In our context $\frac{1}{\sqrt{v(u)}}$ corresponds to vector of the reciprocal of the absolute values of the smoothed residuals sorted using the ordering based on fitted values of the regression model which uses the explanatory variables possibly transformed. The $x$ coordinates of the function to integrate are the fitted values sorted.
As concerns the range of integration it goes from $\hat y_{(1)}$ the smallest fitted value, to $\widehat{ty}_i^{old}$.
Therefore the lower extreme of integration is fixed for all $n$ integrals.
The upper extremes of integration are given by the elements of transformed response values from previous iteration (say $\widehat{ty}_i^{old}$), corresponding to ordered fitted values.
The output of the integration is a new set of transformed values $\widehat{ty}^{new}$.
In summary, the trick is that, there is not just one integral, but there are $n$ integrals.
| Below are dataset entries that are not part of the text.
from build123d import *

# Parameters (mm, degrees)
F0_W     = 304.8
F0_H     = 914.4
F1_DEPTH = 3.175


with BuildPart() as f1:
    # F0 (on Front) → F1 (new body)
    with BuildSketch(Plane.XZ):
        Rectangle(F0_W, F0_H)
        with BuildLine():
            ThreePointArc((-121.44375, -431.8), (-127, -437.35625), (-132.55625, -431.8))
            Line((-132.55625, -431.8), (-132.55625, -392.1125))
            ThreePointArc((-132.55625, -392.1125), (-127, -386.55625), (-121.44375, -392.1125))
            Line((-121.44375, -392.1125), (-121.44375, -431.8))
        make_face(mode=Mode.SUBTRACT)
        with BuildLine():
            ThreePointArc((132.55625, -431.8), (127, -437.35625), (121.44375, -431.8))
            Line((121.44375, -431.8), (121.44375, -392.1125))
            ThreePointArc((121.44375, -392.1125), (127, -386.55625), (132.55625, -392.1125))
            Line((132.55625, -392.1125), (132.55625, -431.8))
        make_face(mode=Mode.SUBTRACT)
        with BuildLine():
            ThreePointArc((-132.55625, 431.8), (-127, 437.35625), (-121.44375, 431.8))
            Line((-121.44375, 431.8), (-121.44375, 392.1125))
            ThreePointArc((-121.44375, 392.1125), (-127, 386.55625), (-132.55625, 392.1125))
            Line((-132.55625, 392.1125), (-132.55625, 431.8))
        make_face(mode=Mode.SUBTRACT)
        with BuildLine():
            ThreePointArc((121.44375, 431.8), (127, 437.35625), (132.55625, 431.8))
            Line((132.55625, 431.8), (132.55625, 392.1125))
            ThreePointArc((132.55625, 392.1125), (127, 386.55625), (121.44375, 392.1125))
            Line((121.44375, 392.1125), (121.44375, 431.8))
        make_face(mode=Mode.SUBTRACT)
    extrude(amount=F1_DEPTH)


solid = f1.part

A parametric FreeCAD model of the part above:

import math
import FreeCAD as App
import Part
import Sketcher
Q = App.Units.Quantity

doc = App.newDocument("Part")
body = doc.addObject("PartDesign::Body", "Body")

sketch1 = body.newObject("Sketcher::SketchObject", "Sketch")
sketch1.AttachmentSupport = (doc.getObject("XZ_Plane"), [""])
sketch1.MapMode = "FlatFace"
sketch1.addGeometry([
    Part.LineSegment(App.Vector(-152, 457, 0), App.Vector(-152, -457, 0)),
    Part.LineSegment(App.Vector(-152, -457, 0), App.Vector(152, -457, 0)),
    Part.LineSegment(App.Vector(152, -457, 0), App.Vector(152, 457, 0)),
    Part.LineSegment(App.Vector(152, 457, 0), App.Vector(-152, 457, 0)),
    Part.LineSegment(App.Vector(-121, -392, 0), App.Vector(-121, -432, 0)),
    Part.ArcOfCircle(Part.Circle(App.Vector(-127, -432, 0), App.Vector(0, 0, 1), 6), math.radians(180), math.radians(360)),
    Part.LineSegment(App.Vector(-133, -432, 0), App.Vector(-133, -392, 0)),
    Part.ArcOfCircle(Part.Circle(App.Vector(-127, -392, 0), App.Vector(0, 0, 1), 6), math.radians(0), math.radians(180)),
    Part.LineSegment(App.Vector(133, -392, 0), App.Vector(133, -432, 0)),
    Part.ArcOfCircle(Part.Circle(App.Vector(127, -432, 0), App.Vector(0, 0, 1), 6), math.radians(180), math.radians(360)),
    Part.LineSegment(App.Vector(121, -432, 0), App.Vector(121, -392, 0)),
    Part.ArcOfCircle(Part.Circle(App.Vector(127, -392, 0), App.Vector(0, 0, 1), 6), math.radians(0), math.radians(180)),
    Part.LineSegment(App.Vector(-133, 392, 0), App.Vector(-133, 432, 0)),
    Part.ArcOfCircle(Part.Circle(App.Vector(-127, 432, 0), App.Vector(0, 0, 1), 6), math.radians(0), math.radians(180)),
    Part.LineSegment(App.Vector(-121, 432, 0), App.Vector(-121, 392, 0)),
    Part.ArcOfCircle(Part.Circle(App.Vector(-127, 392, 0), App.Vector(0, 0, 1), 6), math.radians(180), math.radians(360)),
    Part.LineSegment(App.Vector(121, 392, 0), App.Vector(121, 432, 0)),
    Part.ArcOfCircle(Part.Circle(App.Vector(127, 432, 0), App.Vector(0, 0, 1), 6), math.radians(0), math.radians(180)),
    Part.LineSegment(App.Vector(133, 432, 0), App.Vector(133, 392, 0)),
    Part.ArcOfCircle(Part.Circle(App.Vector(127, 392, 0), App.Vector(0, 0, 1), 6), math.radians(180), math.radians(360)),
], False)
sketch1.addConstraint([
    Sketcher.Constraint("Coincident", 0, 2, 1, 1),
    Sketcher.Constraint("Coincident", 1, 2, 2, 1),
    Sketcher.Constraint("Coincident", 2, 2, 3, 1),
    Sketcher.Constraint("Coincident", 3, 2, 0, 1),
    Sketcher.Constraint("Tangent", 4, 2, 5, 2),
    Sketcher.Constraint("Tangent", 5, 1, 6, 1),
    Sketcher.Constraint("Tangent", 6, 2, 7, 2),
    Sketcher.Constraint("Tangent", 7, 1, 4, 1),
    Sketcher.Constraint("Tangent", 8, 2, 9, 2),
    Sketcher.Constraint("Tangent", 9, 1, 10, 1),
    Sketcher.Constraint("Tangent", 10, 2, 11, 2),
    Sketcher.Constraint("Tangent", 11, 1, 8, 1),
    Sketcher.Constraint("Tangent", 12, 2, 13, 2),
    Sketcher.Constraint("Tangent", 13, 1, 14, 1),
    Sketcher.Constraint("Tangent", 14, 2, 15, 2),
    Sketcher.Constraint("Tangent", 15, 1, 12, 1),
    Sketcher.Constraint("Tangent", 16, 2, 17, 2),
    Sketcher.Constraint("Tangent", 17, 1, 18, 1),
    Sketcher.Constraint("Tangent", 18, 2, 19, 2),
    Sketcher.Constraint("Tangent", 19, 1, 16, 1),
    Sketcher.Constraint("Vertical", 0),
    Sketcher.Constraint("Horizontal", 1),
    Sketcher.Constraint("Vertical", 2),
    Sketcher.Constraint("Horizontal", 3),
    Sketcher.Constraint("Vertical", 4),
    Sketcher.Constraint("Vertical", 6),
    Sketcher.Constraint("Vertical", 8),
    Sketcher.Constraint("Vertical", 10),
    Sketcher.Constraint("Vertical", 12),
    Sketcher.Constraint("Vertical", 14),
    Sketcher.Constraint("Vertical", 16),
    Sketcher.Constraint("Vertical", 18),
    Sketcher.Constraint("Equal", 7, 9),
    Sketcher.Constraint("Equal", 11, 13),
    Sketcher.Constraint("Equal", 15, 17),
    Sketcher.Constraint("Symmetric", 9, 3, 13, 3, -1, 1),
    Sketcher.Constraint("Symmetric", 5, 3, 17, 3, -1, 1),
    Sketcher.Constraint("Symmetric", 0, 2, 2, 2, -1, 1),
    Sketcher.Constraint("Symmetric", 5, 3, 9, 3, -2),
    Sketcher.Constraint("Horizontal", 7, 3, 11, 3),
    Sketcher.Constraint("Horizontal", 15, 3, 19, 3),
    Sketcher.Constraint("Equal", 10, 12),
    Sketcher.Constraint("DistanceX", 1, 1, 1, 2, Q("12 in")),
    Sketcher.Constraint("DistanceY", 0, 2, 0, 1, Q("36 in")),
    Sketcher.Constraint("DistanceX", 5, 3, -1, 1, Q("5 in")),
    Sketcher.Constraint("DistanceY", 5, 3, -1, 1, Q("17 in")),
    Sketcher.Constraint("Radius", 5, Q("0.21875 in")),
    Sketcher.Constraint("DistanceY", 4, 2, 4, 1, Q("1.5625 in")),
])
pad1 = body.newObject("PartDesign::Pad", "Pad")
pad1.Profile = sketch1
pad1.Length = Q("0.125 in")

doc.recompute()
Th $i$-th integral which is defined as
\[ \widehat{ty}_i^{new}= \int_{\hat y_{(1)}}^{\widehat{ty}_i^{old}} \frac{1}{|e_i|} d \hat y \]produces a new updated value for the transformed response $\widehat{ty}_i$ associated with $\hat y_{(i)}$ the $i$-th ordered fitted value. Note that the old transformed value from previous iteration was the upper extreme of integration.
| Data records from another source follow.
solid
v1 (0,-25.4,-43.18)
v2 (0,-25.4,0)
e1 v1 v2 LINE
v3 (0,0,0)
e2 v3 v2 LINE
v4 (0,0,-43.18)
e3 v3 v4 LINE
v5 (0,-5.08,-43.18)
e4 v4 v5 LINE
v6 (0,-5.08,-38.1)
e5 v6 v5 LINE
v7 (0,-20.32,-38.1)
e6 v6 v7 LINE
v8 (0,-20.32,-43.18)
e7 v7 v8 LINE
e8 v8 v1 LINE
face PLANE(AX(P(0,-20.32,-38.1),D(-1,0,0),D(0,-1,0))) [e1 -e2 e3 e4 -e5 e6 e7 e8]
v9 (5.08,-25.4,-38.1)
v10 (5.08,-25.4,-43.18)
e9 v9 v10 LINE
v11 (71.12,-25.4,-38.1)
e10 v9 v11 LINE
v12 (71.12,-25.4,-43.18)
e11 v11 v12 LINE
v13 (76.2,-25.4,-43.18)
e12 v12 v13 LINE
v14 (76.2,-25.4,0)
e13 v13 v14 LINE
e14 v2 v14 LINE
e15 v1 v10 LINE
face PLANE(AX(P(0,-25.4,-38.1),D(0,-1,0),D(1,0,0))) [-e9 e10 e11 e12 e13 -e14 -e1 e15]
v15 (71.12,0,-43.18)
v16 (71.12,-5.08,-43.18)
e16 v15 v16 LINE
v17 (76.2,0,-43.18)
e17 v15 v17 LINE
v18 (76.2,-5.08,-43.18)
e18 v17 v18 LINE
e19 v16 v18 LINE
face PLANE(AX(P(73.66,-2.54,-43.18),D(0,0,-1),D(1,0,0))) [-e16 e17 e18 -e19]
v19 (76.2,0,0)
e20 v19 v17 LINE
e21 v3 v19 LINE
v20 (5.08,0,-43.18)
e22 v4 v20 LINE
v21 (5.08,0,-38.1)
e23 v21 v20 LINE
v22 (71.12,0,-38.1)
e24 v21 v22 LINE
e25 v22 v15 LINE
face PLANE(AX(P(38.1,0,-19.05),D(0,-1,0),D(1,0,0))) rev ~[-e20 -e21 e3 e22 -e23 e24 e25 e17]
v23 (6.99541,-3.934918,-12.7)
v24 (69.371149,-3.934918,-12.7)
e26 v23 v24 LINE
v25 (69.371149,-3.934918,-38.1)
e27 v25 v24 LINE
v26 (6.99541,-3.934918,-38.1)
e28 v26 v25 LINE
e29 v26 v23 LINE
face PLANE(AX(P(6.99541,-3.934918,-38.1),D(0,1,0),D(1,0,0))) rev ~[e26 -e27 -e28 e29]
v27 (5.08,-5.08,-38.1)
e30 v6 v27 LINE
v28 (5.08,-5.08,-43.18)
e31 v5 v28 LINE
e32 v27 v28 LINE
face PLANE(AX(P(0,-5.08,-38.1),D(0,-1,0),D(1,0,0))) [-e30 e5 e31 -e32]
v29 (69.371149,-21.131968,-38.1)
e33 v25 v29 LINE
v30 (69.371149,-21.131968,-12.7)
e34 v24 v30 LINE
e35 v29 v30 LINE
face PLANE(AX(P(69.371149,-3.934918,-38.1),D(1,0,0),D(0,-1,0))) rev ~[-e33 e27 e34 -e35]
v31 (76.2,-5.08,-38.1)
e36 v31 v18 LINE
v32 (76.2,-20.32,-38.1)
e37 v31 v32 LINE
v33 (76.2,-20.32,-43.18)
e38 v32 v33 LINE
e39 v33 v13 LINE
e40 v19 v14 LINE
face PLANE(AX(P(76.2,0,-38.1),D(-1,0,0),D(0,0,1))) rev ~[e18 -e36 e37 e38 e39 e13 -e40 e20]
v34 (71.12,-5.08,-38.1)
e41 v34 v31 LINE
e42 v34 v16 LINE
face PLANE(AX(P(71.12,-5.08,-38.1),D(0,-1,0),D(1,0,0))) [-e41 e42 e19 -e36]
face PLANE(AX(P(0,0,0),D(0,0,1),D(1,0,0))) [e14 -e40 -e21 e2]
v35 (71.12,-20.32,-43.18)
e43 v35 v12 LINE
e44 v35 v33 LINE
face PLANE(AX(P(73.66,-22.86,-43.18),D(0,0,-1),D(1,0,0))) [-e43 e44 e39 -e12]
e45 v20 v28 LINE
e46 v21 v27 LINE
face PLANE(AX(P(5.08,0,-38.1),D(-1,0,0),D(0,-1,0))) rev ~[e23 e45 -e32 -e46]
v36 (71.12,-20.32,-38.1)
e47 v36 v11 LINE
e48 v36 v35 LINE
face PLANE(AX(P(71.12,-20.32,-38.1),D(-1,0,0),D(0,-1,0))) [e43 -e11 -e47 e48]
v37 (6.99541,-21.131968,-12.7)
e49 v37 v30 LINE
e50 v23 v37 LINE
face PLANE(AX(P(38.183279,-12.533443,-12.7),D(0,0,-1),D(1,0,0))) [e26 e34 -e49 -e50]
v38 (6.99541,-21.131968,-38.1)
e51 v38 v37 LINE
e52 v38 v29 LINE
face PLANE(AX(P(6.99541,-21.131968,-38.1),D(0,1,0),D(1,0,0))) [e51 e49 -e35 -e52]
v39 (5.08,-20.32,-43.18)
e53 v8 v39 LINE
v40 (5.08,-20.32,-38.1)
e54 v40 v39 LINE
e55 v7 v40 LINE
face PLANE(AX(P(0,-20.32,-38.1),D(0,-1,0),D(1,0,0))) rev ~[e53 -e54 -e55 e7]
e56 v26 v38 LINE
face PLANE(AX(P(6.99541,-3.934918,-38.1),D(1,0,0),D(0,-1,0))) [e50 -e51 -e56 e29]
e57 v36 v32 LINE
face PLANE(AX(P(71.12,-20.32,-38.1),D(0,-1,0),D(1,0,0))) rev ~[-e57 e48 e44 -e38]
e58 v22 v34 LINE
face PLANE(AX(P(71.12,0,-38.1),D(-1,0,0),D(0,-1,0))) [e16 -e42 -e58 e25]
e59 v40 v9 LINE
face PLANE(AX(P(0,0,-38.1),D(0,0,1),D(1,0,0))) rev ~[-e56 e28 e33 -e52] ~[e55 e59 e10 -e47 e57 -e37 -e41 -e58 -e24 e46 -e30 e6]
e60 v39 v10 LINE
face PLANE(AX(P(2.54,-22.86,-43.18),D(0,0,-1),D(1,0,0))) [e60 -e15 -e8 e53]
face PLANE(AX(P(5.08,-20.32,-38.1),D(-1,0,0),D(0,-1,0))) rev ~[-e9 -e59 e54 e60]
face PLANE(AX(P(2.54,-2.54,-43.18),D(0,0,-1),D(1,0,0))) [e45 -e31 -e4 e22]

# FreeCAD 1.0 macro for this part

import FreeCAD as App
import Part
import Sketcher

V = App.Vector
Q = App.Units.Quantity


def add_polygon(sketch, points):
    """Adds a closed chain of lines whose ends are joined by coincident constraints."""
    first, n = sketch.GeometryCount, len(points)
    for a, b in zip(points, points[1:] + points[:1]):
        sketch.addGeometry(Part.LineSegment(App.Vector(*a, 0), App.Vector(*b, 0)), False)
    for i in range(n):
        sketch.addConstraint(Sketcher.Constraint("Coincident", first + i, 2, first + (i + 1) % n, 1))

doc = App.newDocument("Part")
params = doc.addObject("Spreadsheet::Sheet", "Params")
for row, (alias, value) in enumerate([
    ("sketch1_width", "3 in"),
    ("sketch1_height", "1.5 in"),
    ("pad1_length", "1 in"),
    ("sketch2_width", "0.2 in"),
    ("pad2_length", "0.2 in"),
    ("pocket1_length", "1 in"),
], start=1):
    params.set(f"A{row}", alias)
    params.set(f"B{row}", "=" + value)
    params.setAlias(f"B{row}", alias)

body = doc.addObject("PartDesign::Body", "Body")

# Sketch on XZ plane
sketch1 = body.newObject("Sketcher::SketchObject", "Sketch")
sketch1.AttachmentSupport = (doc.getObject("XZ_Plane"), [""])
sketch1.MapMode = "FlatFace"
add_polygon(sketch1, [(0, 0), (0, -38), (76, -38), (76, 0)])  # lines 0-3
sketch1.addConstraint([
    Sketcher.Constraint("Vertical", 0),
    Sketcher.Constraint("Horizontal", 1),
    Sketcher.Constraint("Vertical", 2),
    Sketcher.Constraint("Horizontal", 3),
    Sketcher.Constraint("Coincident", 3, 2, -1, 1),
    Sketcher.Constraint("DistanceX", 1, 1, 1, 2, Q("3 in")),
    Sketcher.Constraint("DistanceY", 0, 2, 0, 1, Q("1.5 in")),
])
sketch1.setExpression("Constraints[9]", "Params.sketch1_width")
sketch1.setExpression("Constraints[10]", "Params.sketch1_height")
pad1 = body.newObject("PartDesign::Pad", "Pad")
pad1.Profile = sketch1
pad1.setExpression("Length", "Params.pad1_length")

# Sketch on XY plane
sketch2 = body.newObject("Sketcher::SketchObject", "Sketch001")
sketch2.AttachmentSupport = (doc.getObject("XY_Plane"), [""])
sketch2.MapMode = "FlatFace"
sketch2.AttachmentOffset = App.Placement(V(0, 0, -1.5 * 25.4), App.Rotation())
add_polygon(sketch2, [(0, -25), (0, -20), (5, -20), (5, -25)])  # lines 0-3
add_polygon(sketch2, [(0, -5), (0, 0), (5, 0), (5, -5)])  # lines 4-7
add_polygon(sketch2, [(71, -25), (71, -20), (76, -20), (76, -25)])  # lines 8-11
add_polygon(sketch2, [(71, -5), (71, 0), (76, 0), (76, -5)])  # lines 12-15
sketch2.addConstraint([
    Sketcher.Constraint("Vertical", 0),
    Sketcher.Constraint("Horizontal", 1),
    Sketcher.Constraint("Vertical", 2),
    Sketcher.Constraint("Horizontal", 3),
    Sketcher.Constraint("Vertical", 4),
    Sketcher.Constraint("Horizontal", 5),
    Sketcher.Constraint("Vertical", 6),
    Sketcher.Constraint("Horizontal", 7),
    Sketcher.Constraint("Vertical", 8),
    Sketcher.Constraint("Horizontal", 9),
    Sketcher.Constraint("Vertical", 10),
    Sketcher.Constraint("Horizontal", 11),
    Sketcher.Constraint("Vertical", 12),
    Sketcher.Constraint("Horizontal", 13),
    Sketcher.Constraint("Vertical", 14),
    Sketcher.Constraint("Horizontal", 15),
    Sketcher.Constraint("Coincident", 4, 2, -1, 1),
    Sketcher.Constraint("PointOnObject", 0, 2, -2),
    Sketcher.Constraint("PointOnObject", 12, 2, -1),
    Sketcher.Constraint("Horizontal", 1, 2, 8, 2),
    Sketcher.Constraint("Horizontal", 3, 2, 10, 2),
    Sketcher.Constraint("Horizontal", 7, 2, 14, 2),
    Sketcher.Constraint("Vertical", 2, 2, 5, 2),
    Sketcher.Constraint("Vertical", 11, 2, 12, 2),
    Sketcher.Constraint("Vertical", 10, 2, 13, 2),
    Sketcher.Constraint("Equal", 7, 9),
    Sketcher.Constraint("Equal", 15, 0),
    Sketcher.Constraint("Equal", 2, 4),
    Sketcher.Constraint("DistanceX", 1, 1, 1, 2, Q("0.2 in")),
    Sketcher.Constraint("DistanceY", 2, 2, -1, 1, Q("1 in")),
    Sketcher.Constraint("DistanceX", -1, 1, 9, 2, Q("3 in")),
])
sketch2.setExpression("Constraints[44]", "Params.sketch2_width")
pad2 = body.newObject("PartDesign::Pad", "Pad001")
pad2.Profile = sketch2
pad2.setExpression("Length", "Params.pad2_length")
pad2.Reversed = True

# Sketch on XY plane
sketch3 = body.newObject("Sketcher::SketchObject", "Sketch002")
sketch3.AttachmentSupport = (doc.getObject("XY_Plane"), [""])
sketch3.MapMode = "FlatFace"
sketch3.AttachmentOffset = App.Placement(V(0, 0, -1.5 * 25.4), App.Rotation())
add_polygon(sketch3, [(7, -21), (7, -4), (69, -4), (69, -21)])  # lines 0-3
sketch3.addConstraint([
    Sketcher.Constraint("Vertical", 0),
    Sketcher.Constraint("Horizontal", 1),
    Sketcher.Constraint("Vertical", 2),
    Sketcher.Constraint("Horizontal", 3),
    Sketcher.Constraint("DistanceX", 1, 1, 1, 2, 62.375739),
    Sketcher.Constraint("DistanceY", 0, 1, 0, 2, 17.19705),
    Sketcher.Constraint("DistanceX", -1, 1, 0, 2, 6.99541),
    Sketcher.Constraint("DistanceY", 0, 2, -1, 1, 3.934918),
])
pocket1 = body.newObject("PartDesign::Pocket", "Pocket")
pocket1.Profile = sketch3
pocket1.setExpression("Length", "Params.pocket1_length")
pocket1.Reversed = True

doc.recompute()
The estimate of $g$ is strictly increasing because it is the integral of a positive function (reciprocal of the absolute values of the residuals).
The computation of the $n$ integrals is done by the trapezoidal rule and is detailed in routine ctsub.
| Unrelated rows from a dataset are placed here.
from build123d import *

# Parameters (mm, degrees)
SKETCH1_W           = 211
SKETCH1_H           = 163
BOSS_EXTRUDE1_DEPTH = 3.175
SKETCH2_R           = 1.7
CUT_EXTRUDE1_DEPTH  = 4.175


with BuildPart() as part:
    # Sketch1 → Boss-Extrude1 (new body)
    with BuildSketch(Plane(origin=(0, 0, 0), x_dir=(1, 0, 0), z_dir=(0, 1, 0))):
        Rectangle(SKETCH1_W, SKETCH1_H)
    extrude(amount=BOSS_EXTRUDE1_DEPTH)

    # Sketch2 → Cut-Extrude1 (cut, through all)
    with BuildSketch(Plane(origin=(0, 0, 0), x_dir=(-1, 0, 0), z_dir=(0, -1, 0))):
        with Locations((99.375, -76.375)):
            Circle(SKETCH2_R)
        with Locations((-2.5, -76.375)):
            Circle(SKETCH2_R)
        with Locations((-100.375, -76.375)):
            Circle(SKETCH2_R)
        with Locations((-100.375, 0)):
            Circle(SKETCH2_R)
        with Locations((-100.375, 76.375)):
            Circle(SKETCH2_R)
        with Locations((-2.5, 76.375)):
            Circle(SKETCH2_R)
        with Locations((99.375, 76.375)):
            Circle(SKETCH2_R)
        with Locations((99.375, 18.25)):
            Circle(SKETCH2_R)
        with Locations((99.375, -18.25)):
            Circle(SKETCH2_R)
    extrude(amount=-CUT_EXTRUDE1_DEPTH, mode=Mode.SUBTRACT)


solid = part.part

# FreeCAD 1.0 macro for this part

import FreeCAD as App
import Part
import Sketcher

V = App.Vector
Q = App.Units.Quantity

doc = App.newDocument("Part")
body = doc.addObject("PartDesign::Body", "Body")

# Sketch on XZ plane
sketch1 = body.newObject("Sketcher::SketchObject", "Sketch")
sketch1.AttachmentSupport = (doc.getObject("XZ_Plane"), [""])
sketch1.MapMode = "FlatFace"
sketch1.addGeometry([
    Part.LineSegment(V(-106, -82, 0), V(-106, 82, 0)),
    Part.LineSegment(V(-106, 82, 0), V(106, 82, 0)),
    Part.LineSegment(V(106, 82, 0), V(106, -82, 0)),
    Part.LineSegment(V(106, -82, 0), V(-106, -82, 0)),
], False)
sketch1.addConstraint([
    Sketcher.Constraint("Coincident", 0, 2, 1, 1),
    Sketcher.Constraint("Coincident", 1, 2, 2, 1),
    Sketcher.Constraint("Coincident", 2, 2, 3, 1),
    Sketcher.Constraint("Coincident", 3, 2, 0, 1),
    Sketcher.Constraint("Vertical", 0),
    Sketcher.Constraint("Horizontal", 1),
    Sketcher.Constraint("Vertical", 2),
    Sketcher.Constraint("Horizontal", 3),
    Sketcher.Constraint("Symmetric", 0, 2, 2, 2, -1, 1),
    Sketcher.Constraint("DistanceX", 1, 1, 1, 2, Q("211 mm")),
    Sketcher.Constraint("DistanceY", 0, 1, 0, 2, Q("163 mm")),
])
pad1 = body.newObject("PartDesign::Pad", "Pad")
pad1.Profile = sketch1
pad1.Length = 3.175
pad1.Reversed = True

# Sketch on XZ plane
sketch2 = body.newObject("Sketcher::SketchObject", "Sketch001")
sketch2.AttachmentSupport = (doc.getObject("XZ_Plane"), [""])
sketch2.MapMode = "FlatFace"
sketch2.addGeometry([
    Part.Circle(V(-99.4, 76.4, 0), V(0, 0, 1), 1.7),  # 0
    Part.Circle(V(2.5, 76.4, 0), V(0, 0, 1), 1.7),  # 1
    Part.Circle(V(100.4, 76.4, 0), V(0, 0, 1), 1.7),  # 2
    Part.Circle(V(100.4, 0, 0), V(0, 0, 1), 1.7),  # 3
    Part.Circle(V(100.4, -76.4, 0), V(0, 0, 1), 1.7),  # 4
    Part.Circle(V(2.5, -76.4, 0), V(0, 0, 1), 1.7),  # 5
    Part.Circle(V(-99.4, -76.4, 0), V(0, 0, 1), 1.7),  # 6
    Part.Circle(V(-99.4, -18.2, 0), V(0, 0, 1), 1.7),  # 7
    Part.Circle(V(-99.4, 18.2, 0), V(0, 0, 1), 1.7),  # 8
], False)
sketch2.addConstraint([
    Sketcher.Constraint("Equal", 0, 1),
    Sketcher.Constraint("Equal", 1, 2),
    Sketcher.Constraint("Equal", 2, 3),
    Sketcher.Constraint("Equal", 3, 4),
    Sketcher.Constraint("Equal", 4, 5),
    Sketcher.Constraint("Equal", 5, 6),
    Sketcher.Constraint("Equal", 6, 7),
    Sketcher.Constraint("Equal", 7, 8),
    Sketcher.Constraint("Symmetric", 2, 3, 4, 3, -1),
    Sketcher.Constraint("Symmetric", 1, 3, 5, 3, -1),
    Sketcher.Constraint("Symmetric", 0, 3, 6, 3, -1),
    Sketcher.Constraint("Symmetric", 7, 3, 8, 3, -1),
    Sketcher.Constraint("PointOnObject", 3, 3, -1),
    Sketcher.Constraint("Horizontal", 0, 3, 1, 3),
    Sketcher.Constraint("Horizontal", 1, 3, 2, 3),
    Sketcher.Constraint("Vertical", 2, 3, 3, 3),
    Sketcher.Constraint("Vertical", 6, 3, 7, 3),
    Sketcher.Constraint("Diameter", 0, Q("3.4 mm")),
    Sketcher.Constraint("DistanceX", -1, 1, 1, 3, Q("2.5 mm")),
    Sketcher.Constraint("DistanceY", 7, 3, 8, 3, Q("36.5 mm")),
    Sketcher.Constraint("DistanceX", 0, 3, 2, 3, Q("199.75 mm")),
    Sketcher.Constraint("DistanceY", 4, 3, 2, 3, Q("152.75 mm")),
    Sketcher.Constraint("DistanceX", 0, 3, -1, 1, Q("99.375 mm")),
])
pocket1 = body.newObject("PartDesign::Pocket", "Pocket")
pocket1.Profile = sketch2
pocket1.Type = "ThroughAll"

doc.recompute()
${\it Remark}$: It may happen that at a particular iteration of the AVAS procedure using $\widehat{ty}$ and $\widehat{tX}$, $n-m$ units are declared as outliers. In this case the fit, the residuals and the associated smoothed values are computed using just $n-k$ observations.
Therefore the function to integrate has coordinates
\[ (\hat y_{(1)}, 1/|e_1|) , (\hat y_{(2)}, 1/|e_2|), \ldots, (\hat y_{(n-k)}, 1/|e_{n-k}|) \]where $\hat y_{(j)}$ is the $j$-th order statistic $j=1, 2, \ldots, n-k$ among the fitted values (associated to non outlying observations) and $1/e_j$ is the reciprocal of the corresponding smoothed residual. Notice that $e_j$ is not the residual for unit $j$ but it is the residual which corresponds to the $j$-th ordered fitted value $\hat y_{(j)}$. In order to have a new estimate of $\widehat{ty}^{new}$, we can still solve $n$ integrals. If in the upper extreme of integration, we plug in the $n$ old values of $\widehat{ty}^{old}$ (including the outliers) we have the vector of length $n$ of the new estimates of transformed values $\widehat{ty}^{new}$.
Tibshirani R. (1987), Estimating optimal transformations for regression, "Journal of the American Statistical Association", Vol. 83, 394-405.
Wang D. and Murphy M. (2005), Identifying nonlinear relationships regression using the ACE algorithm, "Journal of Applied Statistics", Vol. 32, pp. 243-258.